E così tanti altri manicomi in Italia, con centomila ricoverati alla fine degli anni Sessanta.

Poi, grazie anche alla sensibilità di alcuni psichiatri (come dimenticare qui a Novara Eugenio Borgna ?), cominciarono i tentativi di dimissioni mirate anche prima del 1978, anno dell’entrata in vigore della Legge di Riforma Psichiatrica. Dimissioni che proseguirono per vent’anni sino alla definitiva chiusura del manicomio di Novara alla fine degli anni Novanta.
Con la 180 non solo l’ospedale psichiatrico è definitivamente superato, ma si costituiscono anche le basi per una nuova pratica, territoriale, di assistenza psichiatrica, in un’ottica di prevenzione, cura, riabilitazione e reinserimento sociale.
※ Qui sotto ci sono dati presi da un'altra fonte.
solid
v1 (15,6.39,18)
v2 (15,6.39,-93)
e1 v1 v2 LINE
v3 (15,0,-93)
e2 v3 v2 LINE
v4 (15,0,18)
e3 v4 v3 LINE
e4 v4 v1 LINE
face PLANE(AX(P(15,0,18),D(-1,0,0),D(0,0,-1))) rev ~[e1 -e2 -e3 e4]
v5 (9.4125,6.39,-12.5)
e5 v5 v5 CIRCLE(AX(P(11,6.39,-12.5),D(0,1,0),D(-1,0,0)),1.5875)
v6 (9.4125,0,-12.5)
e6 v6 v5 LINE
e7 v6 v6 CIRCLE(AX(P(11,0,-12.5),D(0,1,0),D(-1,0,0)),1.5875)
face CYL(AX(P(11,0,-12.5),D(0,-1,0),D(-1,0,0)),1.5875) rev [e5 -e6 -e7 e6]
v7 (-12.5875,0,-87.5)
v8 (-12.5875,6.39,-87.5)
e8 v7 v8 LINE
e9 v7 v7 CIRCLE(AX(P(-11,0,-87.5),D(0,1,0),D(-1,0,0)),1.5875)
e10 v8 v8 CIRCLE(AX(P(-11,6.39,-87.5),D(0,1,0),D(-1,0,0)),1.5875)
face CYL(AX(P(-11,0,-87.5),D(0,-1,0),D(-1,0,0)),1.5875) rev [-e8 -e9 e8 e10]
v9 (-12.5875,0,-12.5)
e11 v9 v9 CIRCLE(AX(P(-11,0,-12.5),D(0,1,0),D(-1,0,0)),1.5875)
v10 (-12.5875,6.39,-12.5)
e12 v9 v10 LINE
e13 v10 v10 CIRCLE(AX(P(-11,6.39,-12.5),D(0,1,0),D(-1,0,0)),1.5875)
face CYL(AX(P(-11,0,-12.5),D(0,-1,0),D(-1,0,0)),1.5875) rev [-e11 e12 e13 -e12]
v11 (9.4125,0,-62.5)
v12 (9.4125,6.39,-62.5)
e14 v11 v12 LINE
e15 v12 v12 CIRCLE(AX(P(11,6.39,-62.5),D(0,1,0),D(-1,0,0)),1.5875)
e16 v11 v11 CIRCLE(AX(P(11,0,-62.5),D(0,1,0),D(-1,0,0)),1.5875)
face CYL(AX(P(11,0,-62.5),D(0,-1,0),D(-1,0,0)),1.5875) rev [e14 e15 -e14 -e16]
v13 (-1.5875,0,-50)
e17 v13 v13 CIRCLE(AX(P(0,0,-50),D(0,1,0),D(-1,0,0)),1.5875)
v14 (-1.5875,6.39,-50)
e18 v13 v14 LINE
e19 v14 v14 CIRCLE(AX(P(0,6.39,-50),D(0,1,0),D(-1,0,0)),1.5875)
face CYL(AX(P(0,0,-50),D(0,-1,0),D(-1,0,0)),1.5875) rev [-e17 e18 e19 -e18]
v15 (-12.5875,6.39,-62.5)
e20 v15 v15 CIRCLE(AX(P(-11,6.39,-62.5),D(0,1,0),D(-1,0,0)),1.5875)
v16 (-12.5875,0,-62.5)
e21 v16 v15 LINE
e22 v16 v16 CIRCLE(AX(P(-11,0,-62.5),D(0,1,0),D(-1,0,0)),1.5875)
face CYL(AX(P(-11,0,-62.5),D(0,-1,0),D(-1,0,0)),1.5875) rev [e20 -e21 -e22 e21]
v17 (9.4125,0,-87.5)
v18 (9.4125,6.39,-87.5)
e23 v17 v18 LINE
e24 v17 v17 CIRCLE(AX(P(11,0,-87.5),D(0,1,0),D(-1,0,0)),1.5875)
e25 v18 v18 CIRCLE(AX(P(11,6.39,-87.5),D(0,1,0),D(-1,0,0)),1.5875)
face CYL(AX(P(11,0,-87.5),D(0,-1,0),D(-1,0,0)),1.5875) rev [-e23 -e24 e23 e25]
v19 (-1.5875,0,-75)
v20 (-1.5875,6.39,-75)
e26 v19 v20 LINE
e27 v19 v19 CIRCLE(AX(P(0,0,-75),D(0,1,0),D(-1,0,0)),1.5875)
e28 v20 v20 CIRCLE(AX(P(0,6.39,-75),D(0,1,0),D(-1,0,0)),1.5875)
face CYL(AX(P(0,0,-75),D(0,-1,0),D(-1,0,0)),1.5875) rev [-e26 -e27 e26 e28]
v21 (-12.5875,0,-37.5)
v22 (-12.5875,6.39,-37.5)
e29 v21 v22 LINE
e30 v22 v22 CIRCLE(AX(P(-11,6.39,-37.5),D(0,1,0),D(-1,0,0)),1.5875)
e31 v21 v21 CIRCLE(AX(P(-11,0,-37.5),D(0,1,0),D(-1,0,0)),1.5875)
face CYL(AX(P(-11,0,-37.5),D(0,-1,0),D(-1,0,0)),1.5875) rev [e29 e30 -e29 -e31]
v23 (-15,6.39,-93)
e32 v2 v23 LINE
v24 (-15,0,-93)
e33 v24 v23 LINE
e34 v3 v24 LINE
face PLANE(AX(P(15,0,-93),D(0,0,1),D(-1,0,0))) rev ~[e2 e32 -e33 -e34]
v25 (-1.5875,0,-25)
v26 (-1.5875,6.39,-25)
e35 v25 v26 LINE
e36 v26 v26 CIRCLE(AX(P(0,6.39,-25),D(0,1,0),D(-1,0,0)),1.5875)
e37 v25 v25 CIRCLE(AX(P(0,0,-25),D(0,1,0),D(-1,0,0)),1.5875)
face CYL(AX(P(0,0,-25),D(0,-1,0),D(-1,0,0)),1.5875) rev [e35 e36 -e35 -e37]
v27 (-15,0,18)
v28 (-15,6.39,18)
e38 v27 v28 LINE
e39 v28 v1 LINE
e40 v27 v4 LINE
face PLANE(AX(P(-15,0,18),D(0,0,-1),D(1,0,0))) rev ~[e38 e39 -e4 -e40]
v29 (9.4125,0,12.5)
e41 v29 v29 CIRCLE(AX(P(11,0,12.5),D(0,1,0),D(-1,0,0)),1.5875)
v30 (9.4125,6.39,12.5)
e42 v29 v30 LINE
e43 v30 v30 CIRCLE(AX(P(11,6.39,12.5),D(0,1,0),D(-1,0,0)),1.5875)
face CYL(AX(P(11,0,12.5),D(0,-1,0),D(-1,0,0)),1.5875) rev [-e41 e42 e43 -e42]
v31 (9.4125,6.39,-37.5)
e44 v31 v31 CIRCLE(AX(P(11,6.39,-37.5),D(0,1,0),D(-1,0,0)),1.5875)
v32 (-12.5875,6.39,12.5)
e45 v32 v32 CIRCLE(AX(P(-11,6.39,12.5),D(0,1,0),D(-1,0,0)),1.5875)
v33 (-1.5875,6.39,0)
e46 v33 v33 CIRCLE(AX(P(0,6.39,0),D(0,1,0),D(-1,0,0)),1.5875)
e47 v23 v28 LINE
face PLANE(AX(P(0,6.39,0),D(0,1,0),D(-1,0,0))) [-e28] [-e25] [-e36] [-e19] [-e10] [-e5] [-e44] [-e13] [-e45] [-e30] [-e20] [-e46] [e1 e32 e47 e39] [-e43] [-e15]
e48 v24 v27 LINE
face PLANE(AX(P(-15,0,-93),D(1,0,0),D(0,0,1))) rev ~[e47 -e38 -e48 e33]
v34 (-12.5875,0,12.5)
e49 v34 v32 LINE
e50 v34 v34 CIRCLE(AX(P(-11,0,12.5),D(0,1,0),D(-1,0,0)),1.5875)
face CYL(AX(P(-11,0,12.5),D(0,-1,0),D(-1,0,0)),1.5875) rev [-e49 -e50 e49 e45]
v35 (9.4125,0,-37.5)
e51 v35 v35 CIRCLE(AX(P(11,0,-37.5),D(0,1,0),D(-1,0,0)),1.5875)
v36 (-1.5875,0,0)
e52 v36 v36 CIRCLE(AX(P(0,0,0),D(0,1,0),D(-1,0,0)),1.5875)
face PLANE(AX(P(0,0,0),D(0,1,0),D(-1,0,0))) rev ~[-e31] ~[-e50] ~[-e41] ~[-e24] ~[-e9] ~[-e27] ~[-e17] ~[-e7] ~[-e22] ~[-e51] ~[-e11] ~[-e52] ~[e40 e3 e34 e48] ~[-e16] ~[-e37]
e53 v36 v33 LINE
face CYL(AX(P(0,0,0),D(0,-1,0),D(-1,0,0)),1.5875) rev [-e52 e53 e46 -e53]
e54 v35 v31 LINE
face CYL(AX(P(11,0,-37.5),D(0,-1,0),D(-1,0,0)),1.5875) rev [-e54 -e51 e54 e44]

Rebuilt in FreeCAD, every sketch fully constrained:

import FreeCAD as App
import Part
import Sketcher

V = App.Vector

doc = App.newDocument("Part")
body = doc.addObject("PartDesign::Body", "Body")

sketch1 = body.newObject("Sketcher::SketchObject", "Sketch")
sketch1.AttachmentSupport = (doc.getObject("XZ_Plane"), [""])
sketch1.MapMode = "FlatFace"
sketch1.addGeometry(Part.LineSegment(V(-15, -93, 0), V(-15, 18, 0)), False)
sketch1.addGeometry(Part.LineSegment(V(-15, 18, 0), V(15, 18, 0)), False)
sketch1.addGeometry(Part.LineSegment(V(15, 18, 0), V(15, -93, 0)), False)
sketch1.addGeometry(Part.LineSegment(V(15, -93, 0), V(-15, -93, 0)), False)
sketch1.addGeometry(Part.Circle(V(11, -87.5, 0), V(0, 0, 1), 1.6), False)
sketch1.addGeometry(Part.Circle(V(11, -62.5, 0), V(0, 0, 1), 1.6), False)
sketch1.addGeometry(Part.Circle(V(0, -75, 0), V(0, 0, 1), 1.6), False)
sketch1.addGeometry(Part.Circle(V(-11, -87.5, 0), V(0, 0, 1), 1.6), False)
sketch1.addGeometry(Part.Circle(V(0, -50, 0), V(0, 0, 1), 1.6), False)
sketch1.addGeometry(Part.Circle(V(-11, -62.5, 0), V(0, 0, 1), 1.6), False)
sketch1.addGeometry(Part.Circle(V(11, -37.5, 0), V(0, 0, 1), 1.6), False)
sketch1.addGeometry(Part.Circle(V(11, -12.5, 0), V(0, 0, 1), 1.6), False)
sketch1.addGeometry(Part.Circle(V(11, 12.5, 0), V(0, 0, 1), 1.6), False)
sketch1.addGeometry(Part.Circle(V(0, -25, 0), V(0, 0, 1), 1.6), False)
sketch1.addGeometry(Part.Circle(V(-11, -37.5, 0), V(0, 0, 1), 1.6), False)
sketch1.addGeometry(Part.Circle(V(-11, -12.5, 0), V(0, 0, 1), 1.6), False)
sketch1.addGeometry(Part.Circle(V(0, 0, 0), V(0, 0, 1), 1.6), False)
sketch1.addGeometry(Part.Circle(V(-11, 12.5, 0), V(0, 0, 1), 1.6), False)
sketch1.addConstraint(Sketcher.Constraint("Coincident", 0, 2, 1, 1))
sketch1.addConstraint(Sketcher.Constraint("Coincident", 1, 2, 2, 1))
sketch1.addConstraint(Sketcher.Constraint("Coincident", 2, 2, 3, 1))
sketch1.addConstraint(Sketcher.Constraint("Coincident", 3, 2, 0, 1))
sketch1.addConstraint(Sketcher.Constraint("Vertical", 0))
sketch1.addConstraint(Sketcher.Constraint("Horizontal", 1))
sketch1.addConstraint(Sketcher.Constraint("Vertical", 2))
sketch1.addConstraint(Sketcher.Constraint("Horizontal", 3))
sketch1.addConstraint(Sketcher.Constraint("Coincident", 16, 3, -1, 1))
sketch1.addConstraint(Sketcher.Constraint("Equal", 4, 5))
sketch1.addConstraint(Sketcher.Constraint("Equal", 5, 6))
sketch1.addConstraint(Sketcher.Constraint("Equal", 6, 7))
sketch1.addConstraint(Sketcher.Constraint("Equal", 7, 8))
sketch1.addConstraint(Sketcher.Constraint("Equal", 8, 9))
sketch1.addConstraint(Sketcher.Constraint("Equal", 9, 10))
sketch1.addConstraint(Sketcher.Constraint("Equal", 10, 11))
sketch1.addConstraint(Sketcher.Constraint("Equal", 11, 12))
sketch1.addConstraint(Sketcher.Constraint("Equal", 12, 13))
sketch1.addConstraint(Sketcher.Constraint("Equal", 13, 14))
sketch1.addConstraint(Sketcher.Constraint("Equal", 14, 15))
sketch1.addConstraint(Sketcher.Constraint("Equal", 15, 16))
sketch1.addConstraint(Sketcher.Constraint("Equal", 16, 17))
sketch1.addConstraint(Sketcher.Constraint("Symmetric", 12, 3, 15, 3, -1, 1))
sketch1.addConstraint(Sketcher.Constraint("Symmetric", 11, 3, 17, 3, -1, 1))
sketch1.addConstraint(Sketcher.Constraint("Symmetric", 4, 3, 7, 3, -2))
sketch1.addConstraint(Sketcher.Constraint("Symmetric", 5, 3, 9, 3, -2))
sketch1.addConstraint(Sketcher.Constraint("Symmetric", 10, 3, 14, 3, -2))
sketch1.addConstraint(Sketcher.Constraint("Symmetric", 11, 3, 15, 3, -2))
sketch1.addConstraint(Sketcher.Constraint("PointOnObject", 6, 3, -2))
sketch1.addConstraint(Sketcher.Constraint("PointOnObject", 8, 3, -2))
sketch1.addConstraint(Sketcher.Constraint("PointOnObject", 13, 3, -2))
sketch1.addConstraint(Sketcher.Constraint("Vertical", 4, 3, 5, 3))
sketch1.addConstraint(Sketcher.Constraint("Vertical", 5, 3, 10, 3))
sketch1.addConstraint(Sketcher.Constraint("Vertical", 10, 3, 11, 3))
sketch1.addConstraint(Sketcher.Constraint("Diameter", 4, 3.175))
sketch1.addConstraint(Sketcher.Constraint("DistanceY", 13, 3, -1, 1, 25.0))
sketch1.addConstraint(Sketcher.Constraint("DistanceX", 0, 2, -1, 1, 15.0))
sketch1.addConstraint(Sketcher.Constraint("DistanceY", -1, 1, 0, 2, 18.0))
sketch1.addConstraint(Sketcher.Constraint("DistanceX", -1, 1, 1, 2, 15.0))
sketch1.addConstraint(Sketcher.Constraint("DistanceY", 4, 3, 5, 3, 25.0))
sketch1.addConstraint(Sketcher.Constraint("DistanceY", 6, 3, 8, 3, 25.0))
sketch1.addConstraint(Sketcher.Constraint("DistanceY", 5, 3, 10, 3, 25.0))
sketch1.addConstraint(Sketcher.Constraint("DistanceY", 10, 3, 11, 3, 25.0))
sketch1.addConstraint(Sketcher.Constraint("DistanceY", 11, 3, 12, 3, 25.0))
sketch1.addConstraint(Sketcher.Constraint("DistanceY", 8, 3, 13, 3, 25.0))
sketch1.addConstraint(Sketcher.Constraint("DistanceX", 0, 2, 17, 3, 4.0))
sketch1.addConstraint(Sketcher.Constraint("DistanceY", 2, 2, 6, 3, 18.0))
pad1 = body.newObject("PartDesign::Pad", "Pad")
pad1.Profile = sketch1
pad1.Length = 6.39
pad1.Reversed = True

doc.recompute()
Nascono così nel nostro Paese i Dipartimenti di Salute Mentale, costituiti da un insieme di strutture psichiatriche tra loro articolate, ognuna con una specifica funzione: Centro di Salute Mentale, dove ci si può rivolgere per ricevere una cura psichiatrica e dove il personale (medici, psicologi, infermieri, educatori, assistenti sociali) effettua anche visite domiciliari; Centro Diurno, dove il paziente può trascorrere una parte della giornata impegnato in attività riabilitative e risocializzanti: dall’atelier di pittura alla musicoterapia; Servizio Psichiatrico di Diagnosi e Cura: reparto ospedaliero per situazioni di acuzie; Comunità Terapeutica, dove il paziente può essere ricoverato per un periodo più lungo di tempo in piccole strutture, ben diverse anche in questo dall’anonimo e spersonalizzante ospedale psichiatrico; Gruppo Appartamento: una casa dove il paziente, perché solo o perché in una particolare situazione familiare, può vivere insieme ad altre persone.
Strutture presenti nella nostra realtà a Novara, Arona, Borgomanero, Galliate, cui si sono rivolte, in questi quarant’anni, migliaia di persone, con le loro crisi familiari, sociali, vitali, esistenziali.
In alternativa al manicomio – luogo di custodia e di esclusione – si sono creati dunque, grazie alla legge 180, altri e diversi spazi di cura che possono sostenere la speranza di un cammino verso nuove e vitali possibilità evolutive: in un autentico passaggio dall’emarginazione all’inserimento, dall’assoggettamento alla cittadinanza. Diffondendo così nella comunità una nuova cultura della salute mentale, con l’obiettivo (nell’abbattere allora altre mura al di là di quelle manicomiali: mura non più fisiche ma mentali e ideologiche) di una diminuzione della discriminazione e dello stigma sociale.